As we’ve noted before, kinases are a fertile field for fragment finding, but most of the targets have been protein kinases. Lipid kinases such as the phosphatidylinostide 3-kinases (PI3Ks), which mediate signal transduction by transferring a phosphate group to lipids, are also popular targets for a variety of diseases, but less has been disclosed about their suitability for fragment-based lead discovery. A paper in a recent issue of Bioorg. Med. Chem. Lett. remedies that.

Fabrizio Giordanetto and colleagues at AstraZeneca started with a homology model of p110beta (no crystal structure of this enzyme has been reported).
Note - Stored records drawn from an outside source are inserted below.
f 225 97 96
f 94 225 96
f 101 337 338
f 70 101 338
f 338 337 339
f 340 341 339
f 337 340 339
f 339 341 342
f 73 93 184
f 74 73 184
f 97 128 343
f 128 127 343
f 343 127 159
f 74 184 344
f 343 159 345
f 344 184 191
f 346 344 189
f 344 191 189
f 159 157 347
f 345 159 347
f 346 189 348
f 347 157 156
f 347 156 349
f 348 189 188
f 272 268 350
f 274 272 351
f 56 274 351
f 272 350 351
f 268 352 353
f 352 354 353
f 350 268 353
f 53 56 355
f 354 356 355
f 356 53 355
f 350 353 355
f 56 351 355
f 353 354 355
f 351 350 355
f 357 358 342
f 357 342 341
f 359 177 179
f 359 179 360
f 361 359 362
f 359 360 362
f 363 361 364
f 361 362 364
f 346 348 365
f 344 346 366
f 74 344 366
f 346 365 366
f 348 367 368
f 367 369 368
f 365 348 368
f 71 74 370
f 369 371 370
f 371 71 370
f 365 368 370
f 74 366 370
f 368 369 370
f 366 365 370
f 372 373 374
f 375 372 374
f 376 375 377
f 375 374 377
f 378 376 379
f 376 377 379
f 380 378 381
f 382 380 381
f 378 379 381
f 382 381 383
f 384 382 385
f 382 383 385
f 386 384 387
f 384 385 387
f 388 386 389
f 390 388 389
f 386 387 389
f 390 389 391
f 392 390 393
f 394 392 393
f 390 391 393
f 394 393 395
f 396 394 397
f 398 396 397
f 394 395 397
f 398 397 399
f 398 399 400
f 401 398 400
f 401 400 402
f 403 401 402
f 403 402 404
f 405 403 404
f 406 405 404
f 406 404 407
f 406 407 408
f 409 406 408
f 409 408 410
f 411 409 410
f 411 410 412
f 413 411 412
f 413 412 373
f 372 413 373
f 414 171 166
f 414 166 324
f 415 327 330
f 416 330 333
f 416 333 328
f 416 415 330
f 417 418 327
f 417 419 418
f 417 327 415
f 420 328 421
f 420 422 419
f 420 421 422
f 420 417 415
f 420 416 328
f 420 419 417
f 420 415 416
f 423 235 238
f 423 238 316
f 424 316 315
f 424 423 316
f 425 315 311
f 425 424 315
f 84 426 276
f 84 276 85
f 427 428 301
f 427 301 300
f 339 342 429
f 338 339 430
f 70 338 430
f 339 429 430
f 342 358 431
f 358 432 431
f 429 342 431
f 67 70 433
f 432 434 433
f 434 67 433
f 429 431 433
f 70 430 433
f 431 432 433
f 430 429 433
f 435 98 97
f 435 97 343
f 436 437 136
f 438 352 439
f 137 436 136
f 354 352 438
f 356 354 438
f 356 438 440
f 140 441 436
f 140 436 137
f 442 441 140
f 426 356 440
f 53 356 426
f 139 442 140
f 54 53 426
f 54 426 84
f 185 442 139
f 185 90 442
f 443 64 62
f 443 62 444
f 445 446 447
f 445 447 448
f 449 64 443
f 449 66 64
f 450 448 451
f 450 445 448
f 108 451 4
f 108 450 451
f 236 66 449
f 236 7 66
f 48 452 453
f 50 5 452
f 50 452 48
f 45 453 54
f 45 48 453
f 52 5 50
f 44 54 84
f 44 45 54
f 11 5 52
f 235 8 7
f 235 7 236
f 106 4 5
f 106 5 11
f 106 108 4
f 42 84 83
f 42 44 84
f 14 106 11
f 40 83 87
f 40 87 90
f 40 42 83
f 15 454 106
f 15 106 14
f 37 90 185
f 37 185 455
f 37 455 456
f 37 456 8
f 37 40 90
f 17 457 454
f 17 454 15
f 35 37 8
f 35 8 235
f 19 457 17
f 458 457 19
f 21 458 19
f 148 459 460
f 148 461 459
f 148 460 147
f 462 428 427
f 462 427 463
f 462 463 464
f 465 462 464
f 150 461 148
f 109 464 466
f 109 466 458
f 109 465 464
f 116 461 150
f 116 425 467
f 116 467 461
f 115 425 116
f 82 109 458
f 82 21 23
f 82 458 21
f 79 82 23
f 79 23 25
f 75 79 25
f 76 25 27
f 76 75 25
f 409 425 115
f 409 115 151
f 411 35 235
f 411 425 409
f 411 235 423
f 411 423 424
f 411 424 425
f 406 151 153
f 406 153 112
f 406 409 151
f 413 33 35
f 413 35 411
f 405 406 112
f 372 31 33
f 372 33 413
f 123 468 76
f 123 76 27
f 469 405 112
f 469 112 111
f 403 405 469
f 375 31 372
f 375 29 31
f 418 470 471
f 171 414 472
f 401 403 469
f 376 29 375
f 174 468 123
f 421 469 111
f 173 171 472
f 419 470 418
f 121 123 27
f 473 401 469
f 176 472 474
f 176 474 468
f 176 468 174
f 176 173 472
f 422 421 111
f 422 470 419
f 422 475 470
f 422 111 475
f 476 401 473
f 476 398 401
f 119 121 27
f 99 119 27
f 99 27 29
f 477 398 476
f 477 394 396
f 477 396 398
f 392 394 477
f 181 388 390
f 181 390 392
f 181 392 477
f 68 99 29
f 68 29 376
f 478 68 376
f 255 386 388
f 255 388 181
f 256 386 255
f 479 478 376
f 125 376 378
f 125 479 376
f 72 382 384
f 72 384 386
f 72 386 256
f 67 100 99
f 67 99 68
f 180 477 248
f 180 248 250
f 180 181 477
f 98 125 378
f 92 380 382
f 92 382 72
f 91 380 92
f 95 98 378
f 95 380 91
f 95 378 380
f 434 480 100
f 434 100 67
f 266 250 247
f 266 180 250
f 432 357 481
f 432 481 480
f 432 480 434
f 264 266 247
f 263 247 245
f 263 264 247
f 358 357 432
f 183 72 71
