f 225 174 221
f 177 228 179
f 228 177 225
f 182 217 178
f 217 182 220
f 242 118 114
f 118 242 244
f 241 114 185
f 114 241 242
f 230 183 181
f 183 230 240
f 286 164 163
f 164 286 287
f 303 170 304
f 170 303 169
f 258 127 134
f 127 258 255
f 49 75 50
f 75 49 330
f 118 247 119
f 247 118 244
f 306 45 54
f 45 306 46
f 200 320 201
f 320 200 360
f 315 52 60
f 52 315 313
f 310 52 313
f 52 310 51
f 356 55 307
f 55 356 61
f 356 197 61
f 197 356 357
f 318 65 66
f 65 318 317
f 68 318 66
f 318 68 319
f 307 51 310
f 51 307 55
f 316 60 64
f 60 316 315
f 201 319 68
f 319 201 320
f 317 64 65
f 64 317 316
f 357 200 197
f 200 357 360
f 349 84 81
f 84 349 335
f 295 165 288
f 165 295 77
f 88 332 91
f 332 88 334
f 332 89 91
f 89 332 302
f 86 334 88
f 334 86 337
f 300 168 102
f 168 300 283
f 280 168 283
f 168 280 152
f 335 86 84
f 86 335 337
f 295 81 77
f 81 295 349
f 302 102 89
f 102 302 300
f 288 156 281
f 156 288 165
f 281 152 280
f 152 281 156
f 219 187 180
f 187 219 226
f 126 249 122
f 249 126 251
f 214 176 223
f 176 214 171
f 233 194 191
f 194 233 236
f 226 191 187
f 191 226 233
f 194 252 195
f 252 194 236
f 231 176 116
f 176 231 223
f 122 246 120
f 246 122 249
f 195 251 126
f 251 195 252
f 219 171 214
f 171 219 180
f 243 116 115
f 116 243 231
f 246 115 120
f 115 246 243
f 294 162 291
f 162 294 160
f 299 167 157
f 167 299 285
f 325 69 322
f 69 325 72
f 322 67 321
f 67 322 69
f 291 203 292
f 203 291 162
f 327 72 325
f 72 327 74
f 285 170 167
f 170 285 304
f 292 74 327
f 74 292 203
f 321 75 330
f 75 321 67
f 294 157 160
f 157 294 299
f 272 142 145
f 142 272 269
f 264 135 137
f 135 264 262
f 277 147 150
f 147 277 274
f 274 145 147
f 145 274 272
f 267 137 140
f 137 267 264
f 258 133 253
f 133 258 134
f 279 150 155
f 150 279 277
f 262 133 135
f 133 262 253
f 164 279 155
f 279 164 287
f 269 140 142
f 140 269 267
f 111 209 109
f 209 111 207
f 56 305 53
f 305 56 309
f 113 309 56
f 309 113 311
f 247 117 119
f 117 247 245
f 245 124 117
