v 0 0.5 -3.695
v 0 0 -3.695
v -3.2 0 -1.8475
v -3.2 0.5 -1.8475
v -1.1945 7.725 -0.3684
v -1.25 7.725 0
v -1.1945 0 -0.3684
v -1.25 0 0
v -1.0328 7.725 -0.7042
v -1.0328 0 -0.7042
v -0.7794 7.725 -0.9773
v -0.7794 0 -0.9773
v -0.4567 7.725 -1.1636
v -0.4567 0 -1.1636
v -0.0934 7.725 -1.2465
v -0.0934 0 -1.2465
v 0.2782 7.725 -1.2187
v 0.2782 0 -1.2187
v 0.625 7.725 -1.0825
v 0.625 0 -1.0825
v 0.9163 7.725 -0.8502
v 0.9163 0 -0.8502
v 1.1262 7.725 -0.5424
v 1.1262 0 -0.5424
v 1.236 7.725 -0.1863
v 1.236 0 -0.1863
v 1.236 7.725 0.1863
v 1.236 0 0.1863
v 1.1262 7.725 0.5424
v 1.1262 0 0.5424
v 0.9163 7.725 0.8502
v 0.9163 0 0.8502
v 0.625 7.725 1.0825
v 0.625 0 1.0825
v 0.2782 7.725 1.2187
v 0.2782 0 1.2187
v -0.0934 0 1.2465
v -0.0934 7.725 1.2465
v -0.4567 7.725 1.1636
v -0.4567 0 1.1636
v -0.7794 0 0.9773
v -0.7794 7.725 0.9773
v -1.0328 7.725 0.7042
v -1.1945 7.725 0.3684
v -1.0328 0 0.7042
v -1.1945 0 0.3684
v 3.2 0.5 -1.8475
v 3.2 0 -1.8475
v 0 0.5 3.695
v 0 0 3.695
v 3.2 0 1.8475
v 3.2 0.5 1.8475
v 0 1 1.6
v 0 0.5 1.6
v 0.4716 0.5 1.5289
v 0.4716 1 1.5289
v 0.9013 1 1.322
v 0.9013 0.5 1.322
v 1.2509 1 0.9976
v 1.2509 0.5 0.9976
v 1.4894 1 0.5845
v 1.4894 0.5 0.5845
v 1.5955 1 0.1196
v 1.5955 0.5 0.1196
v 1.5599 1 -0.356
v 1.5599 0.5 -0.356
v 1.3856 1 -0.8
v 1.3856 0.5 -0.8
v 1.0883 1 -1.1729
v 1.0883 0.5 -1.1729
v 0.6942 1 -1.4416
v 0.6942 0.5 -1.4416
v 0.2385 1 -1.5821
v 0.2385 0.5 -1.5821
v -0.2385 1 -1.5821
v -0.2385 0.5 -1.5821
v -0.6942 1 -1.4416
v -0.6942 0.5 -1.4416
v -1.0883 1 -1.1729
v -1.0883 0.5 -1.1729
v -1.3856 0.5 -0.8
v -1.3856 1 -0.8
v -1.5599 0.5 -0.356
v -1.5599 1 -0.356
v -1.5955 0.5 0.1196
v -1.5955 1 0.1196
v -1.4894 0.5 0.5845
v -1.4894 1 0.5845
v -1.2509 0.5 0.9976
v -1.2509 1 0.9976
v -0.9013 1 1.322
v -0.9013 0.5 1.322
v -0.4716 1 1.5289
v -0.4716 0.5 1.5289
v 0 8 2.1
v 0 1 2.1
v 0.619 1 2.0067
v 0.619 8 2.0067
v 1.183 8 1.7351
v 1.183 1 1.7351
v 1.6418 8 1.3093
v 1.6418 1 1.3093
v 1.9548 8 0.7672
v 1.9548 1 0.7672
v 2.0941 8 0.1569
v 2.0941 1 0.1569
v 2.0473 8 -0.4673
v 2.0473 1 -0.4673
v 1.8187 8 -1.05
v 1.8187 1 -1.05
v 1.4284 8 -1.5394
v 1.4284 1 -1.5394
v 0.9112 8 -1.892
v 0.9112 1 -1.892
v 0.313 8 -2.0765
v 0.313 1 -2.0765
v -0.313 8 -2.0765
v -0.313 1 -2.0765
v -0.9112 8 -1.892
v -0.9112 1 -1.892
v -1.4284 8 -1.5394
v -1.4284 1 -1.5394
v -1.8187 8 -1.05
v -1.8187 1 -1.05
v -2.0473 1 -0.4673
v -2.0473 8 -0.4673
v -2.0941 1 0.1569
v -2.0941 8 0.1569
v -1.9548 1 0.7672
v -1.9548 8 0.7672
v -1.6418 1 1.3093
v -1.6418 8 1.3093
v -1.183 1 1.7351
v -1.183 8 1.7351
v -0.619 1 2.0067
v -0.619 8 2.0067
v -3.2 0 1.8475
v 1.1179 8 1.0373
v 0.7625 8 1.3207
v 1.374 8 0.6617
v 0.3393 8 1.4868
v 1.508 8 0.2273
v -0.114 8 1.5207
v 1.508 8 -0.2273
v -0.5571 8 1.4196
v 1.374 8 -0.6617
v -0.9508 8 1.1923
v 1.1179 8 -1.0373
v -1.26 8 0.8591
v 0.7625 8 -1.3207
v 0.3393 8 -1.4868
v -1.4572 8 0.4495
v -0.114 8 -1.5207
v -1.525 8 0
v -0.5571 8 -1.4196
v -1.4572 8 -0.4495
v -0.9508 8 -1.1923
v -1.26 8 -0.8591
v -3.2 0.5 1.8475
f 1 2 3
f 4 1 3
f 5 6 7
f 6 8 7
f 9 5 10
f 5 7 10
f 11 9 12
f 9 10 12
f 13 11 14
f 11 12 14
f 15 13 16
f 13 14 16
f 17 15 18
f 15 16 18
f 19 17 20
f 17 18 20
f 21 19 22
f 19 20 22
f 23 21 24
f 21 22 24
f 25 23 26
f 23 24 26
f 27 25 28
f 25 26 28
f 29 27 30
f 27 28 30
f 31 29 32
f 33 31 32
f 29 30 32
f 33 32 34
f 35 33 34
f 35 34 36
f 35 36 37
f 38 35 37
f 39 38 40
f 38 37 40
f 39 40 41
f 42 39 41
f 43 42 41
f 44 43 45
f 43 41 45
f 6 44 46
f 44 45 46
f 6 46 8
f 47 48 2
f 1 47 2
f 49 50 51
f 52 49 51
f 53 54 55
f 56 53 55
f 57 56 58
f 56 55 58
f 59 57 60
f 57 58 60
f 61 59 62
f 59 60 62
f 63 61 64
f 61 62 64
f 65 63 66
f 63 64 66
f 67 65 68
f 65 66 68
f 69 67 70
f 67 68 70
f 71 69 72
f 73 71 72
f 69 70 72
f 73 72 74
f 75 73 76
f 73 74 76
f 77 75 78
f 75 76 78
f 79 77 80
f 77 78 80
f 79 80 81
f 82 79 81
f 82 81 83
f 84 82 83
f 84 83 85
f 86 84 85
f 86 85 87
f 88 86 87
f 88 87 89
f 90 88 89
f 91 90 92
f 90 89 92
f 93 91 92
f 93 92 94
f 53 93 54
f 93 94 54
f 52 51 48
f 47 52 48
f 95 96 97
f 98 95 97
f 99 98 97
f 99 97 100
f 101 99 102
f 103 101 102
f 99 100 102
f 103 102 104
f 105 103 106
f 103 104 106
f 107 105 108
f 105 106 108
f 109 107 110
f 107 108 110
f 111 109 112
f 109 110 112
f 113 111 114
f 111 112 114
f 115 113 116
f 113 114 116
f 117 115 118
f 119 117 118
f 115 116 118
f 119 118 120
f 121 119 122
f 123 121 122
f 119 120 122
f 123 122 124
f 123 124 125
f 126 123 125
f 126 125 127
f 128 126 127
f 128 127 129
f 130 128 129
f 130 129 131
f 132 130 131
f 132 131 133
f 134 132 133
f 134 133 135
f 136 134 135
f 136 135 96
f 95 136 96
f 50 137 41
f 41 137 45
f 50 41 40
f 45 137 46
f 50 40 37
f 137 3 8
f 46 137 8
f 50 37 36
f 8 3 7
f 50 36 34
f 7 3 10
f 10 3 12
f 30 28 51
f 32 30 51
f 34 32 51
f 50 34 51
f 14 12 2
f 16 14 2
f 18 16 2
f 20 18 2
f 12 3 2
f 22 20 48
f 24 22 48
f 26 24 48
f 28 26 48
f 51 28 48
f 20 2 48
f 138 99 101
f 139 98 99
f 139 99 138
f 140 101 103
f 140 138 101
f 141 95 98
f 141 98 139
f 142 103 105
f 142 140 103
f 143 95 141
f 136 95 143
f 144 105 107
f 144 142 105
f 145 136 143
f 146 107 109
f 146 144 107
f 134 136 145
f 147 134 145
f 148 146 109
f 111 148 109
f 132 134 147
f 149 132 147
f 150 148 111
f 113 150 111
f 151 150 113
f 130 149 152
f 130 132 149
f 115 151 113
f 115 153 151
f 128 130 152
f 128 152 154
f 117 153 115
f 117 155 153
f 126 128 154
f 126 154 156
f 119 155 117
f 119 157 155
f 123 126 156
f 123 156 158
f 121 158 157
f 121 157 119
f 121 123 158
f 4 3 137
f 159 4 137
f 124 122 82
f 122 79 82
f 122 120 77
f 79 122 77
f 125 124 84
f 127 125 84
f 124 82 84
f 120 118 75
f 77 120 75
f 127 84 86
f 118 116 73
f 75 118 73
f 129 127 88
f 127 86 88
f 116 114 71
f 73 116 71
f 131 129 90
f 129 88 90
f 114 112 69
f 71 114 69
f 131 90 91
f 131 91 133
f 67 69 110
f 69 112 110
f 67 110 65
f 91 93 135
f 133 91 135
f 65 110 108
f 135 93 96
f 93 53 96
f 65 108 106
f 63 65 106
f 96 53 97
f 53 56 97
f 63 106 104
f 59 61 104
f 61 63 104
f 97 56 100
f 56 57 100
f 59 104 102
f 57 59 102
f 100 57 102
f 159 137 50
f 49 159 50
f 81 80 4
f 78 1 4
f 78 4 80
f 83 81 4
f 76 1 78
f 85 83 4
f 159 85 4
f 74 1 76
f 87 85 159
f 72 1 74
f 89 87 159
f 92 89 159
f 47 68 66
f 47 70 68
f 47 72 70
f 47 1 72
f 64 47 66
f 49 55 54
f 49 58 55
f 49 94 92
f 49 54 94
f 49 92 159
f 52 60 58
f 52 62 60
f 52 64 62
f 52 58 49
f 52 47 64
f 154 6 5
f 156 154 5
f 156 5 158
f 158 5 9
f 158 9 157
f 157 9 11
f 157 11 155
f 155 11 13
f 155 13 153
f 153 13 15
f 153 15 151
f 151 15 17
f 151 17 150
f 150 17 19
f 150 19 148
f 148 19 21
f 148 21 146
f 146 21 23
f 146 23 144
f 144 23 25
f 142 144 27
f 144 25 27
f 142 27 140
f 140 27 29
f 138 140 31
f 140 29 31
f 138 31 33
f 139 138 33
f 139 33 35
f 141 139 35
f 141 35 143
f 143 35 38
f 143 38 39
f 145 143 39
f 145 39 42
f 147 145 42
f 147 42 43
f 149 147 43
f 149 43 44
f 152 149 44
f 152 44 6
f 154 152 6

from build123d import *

# Parameters (mm, degrees)
RESSALTO_EXTRUS_O1_START            = -4.5
RESSALTO_EXTRUS_O1_OUTLINE_R        = 2.5
RESSALTO_EXTRUS_O1_DEPTH            = 4.5
RESSALTO_EXTRUS_O1_START_2          = -3.5
RESSALTO_EXTRUS_O1_2_OUTLINE_R      = 2.695
RESSALTO_EXTRUS_O1_2_OUTLINE_R_2    = 2.5
RESSALTO_EXTRUS_O1_2_DEPTH          = 3.5
RESSALTO_EXTRUS_O1_3_OUTLINE_R      = 2.5
RESSALTO_EXTRUS_O1_3_DEPTH          = 0.5
ESBO_O2_R                           = 2.695
RESSALTO_EXTRUS_O2_DEPTH            = 3.5
FURO_ROSCADO_DE_M3X0_51_D           = 2.5
FURO_ROSCADO_DE_M3X0_51_CSINK_D     = 3.05
FURO_ROSCADO_DE_M3X0_51_CSINK_ANGLE = 90
CORTE_EXTRUS_O1_START               = -7.5
ESBO_O7_R                           = 2.695
ESBO_O7_R_2                         = 2.1
CORTE_EXTRUS_O1_DEPTH               = 7.5
ESBO_O8_R                           = 2.1
ESBO_O8_R_2                         = 1.6
CORTE_EXTRUS_O2_DEPTH               = 0.5


with BuildPart() as part:
    # Ressalto-extrusão1: read off the stored shape, not the designer's step
    # Ressalto-extrusão1 outline → Ressalto-extrusão1 (new body)
    with BuildSketch(Plane(origin=(0, 4.5, 0), x_dir=(1, 0, 0), z_dir=(0, 1, 0)).offset(RESSALTO_EXTRUS_O1_START)):
        Circle(RESSALTO_EXTRUS_O1_OUTLINE_R)
    extrude(amount=RESSALTO_EXTRUS_O1_DEPTH)

    # Ressalto-extrus_o1 2 outline → Ressalto-extrus_o1 2 (add)
    with BuildSketch(Plane(origin=(0, 4.5, 0), x_dir=(1, 0, 0), z_dir=(0, 1, 0)).offset(RESSALTO_EXTRUS_O1_START_2)):
        Circle(RESSALTO_EXTRUS_O1_2_OUTLINE_R)
        Circle(RESSALTO_EXTRUS_O1_2_OUTLINE_R_2, mode=Mode.SUBTRACT)
    extrude(amount=RESSALTO_EXTRUS_O1_2_DEPTH)

    # Ressalto-extrus_o1 3 outline → Ressalto-extrus_o1 3 (add)
    with BuildSketch(Plane(origin=(0, 4.5, 0), x_dir=(1, 0, 0), z_dir=(0, 1, 0)).offset(RESSALTO_EXTRUS_O1_START)):
        Polygon((0, 3.695041723), (-3.2, 1.847520861), (-3.2, -1.847520861), (0, -3.695041723), (3.2, -1.847520861), (3.2, 1.847520861), align=None)
        Circle(RESSALTO_EXTRUS_O1_3_OUTLINE_R, mode=Mode.SUBTRACT)
    extrude(amount=RESSALTO_EXTRUS_O1_3_DEPTH)

    # Esboço2 → Ressalto-extrusão2 (add)
    with BuildSketch(Plane(origin=(0, 4.5, 0), x_dir=(1, 0, 0), z_dir=(0, 1, 0))):
        with Locations(Location((0, 0, 0), (0, 0, 90))):
            Circle(ESBO_O2_R)
    extrude(amount=RESSALTO_EXTRUS_O2_DEPTH)

    # Furo roscado de M3x0.51 (through all)
    with Locations(Plane(origin=(0, 8, 0), x_dir=(1, 0, 0), z_dir=(0, 1, 0))):
        with Locations((0, 0)):
            CounterSinkHole(FURO_ROSCADO_DE_M3X0_51_D / 2, FURO_ROSCADO_DE_M3X0_51_CSINK_D / 2, counter_sink_angle=FURO_ROSCADO_DE_M3X0_51_CSINK_ANGLE)

    # Esboço7 → Corte-extrusão1 (cut)
    with BuildSketch(Plane(origin=(0, 8, 0), x_dir=(1, 0, 0), z_dir=(0, 1, 0)).offset(CORTE_EXTRUS_O1_START)):
        Circle(ESBO_O7_R)
        with Locations(Location((0, 0, 0), (0, 0, 270))):
            Circle(ESBO_O7_R_2, mode=Mode.SUBTRACT)
    extrude(amount=CORTE_EXTRUS_O1_DEPTH, mode=Mode.SUBTRACT)

    # Esboço8 → Corte-extrusão2 (cut)
    with BuildSketch(Plane(origin=(0, 0.5, 0), x_dir=(1, 0, 0), z_dir=(0, 1, 0))):
        with Locations(Location((0, 0, 0), (0, 0, 270))):
            Circle(ESBO_O8_R)
        with Locations(Location((0, 0, 0), (0, 0, 270))):
            Circle(ESBO_O8_R_2, mode=Mode.SUBTRACT)
    extrude(amount=CORTE_EXTRUS_O2_DEPTH, mode=Mode.SUBTRACT)


solid = part.part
They then used commercial software to dock 183,330 fragments selected from their corporate collection. All fragments that made at least two hydrogen bonds with the protein were organized into clusters of similar molecules and representatives of each cluster were visually inspected. This led to the selection of 210 fragments to be screened against the protein, of which 18 showed measurable activity. Structures of these fragments are provided in the paper; they range from kinase workhorses such as compound 1 to known PI3K motifs such as compound 10 to more unusual molecules such as compound 18. These hits were also tested on other members of the PI3K family, and while most showed activity across the board, others (such as compound 18) showed some selectivity.

There are some interesting structures in here; if I were starting a PI3K program I would definitely take a close look at them. Although the researchers have likely developed some of these into attractive leads, one of the virtues of fragments is that they are often so protean that different teams can start with the same fragment and end up in very different places.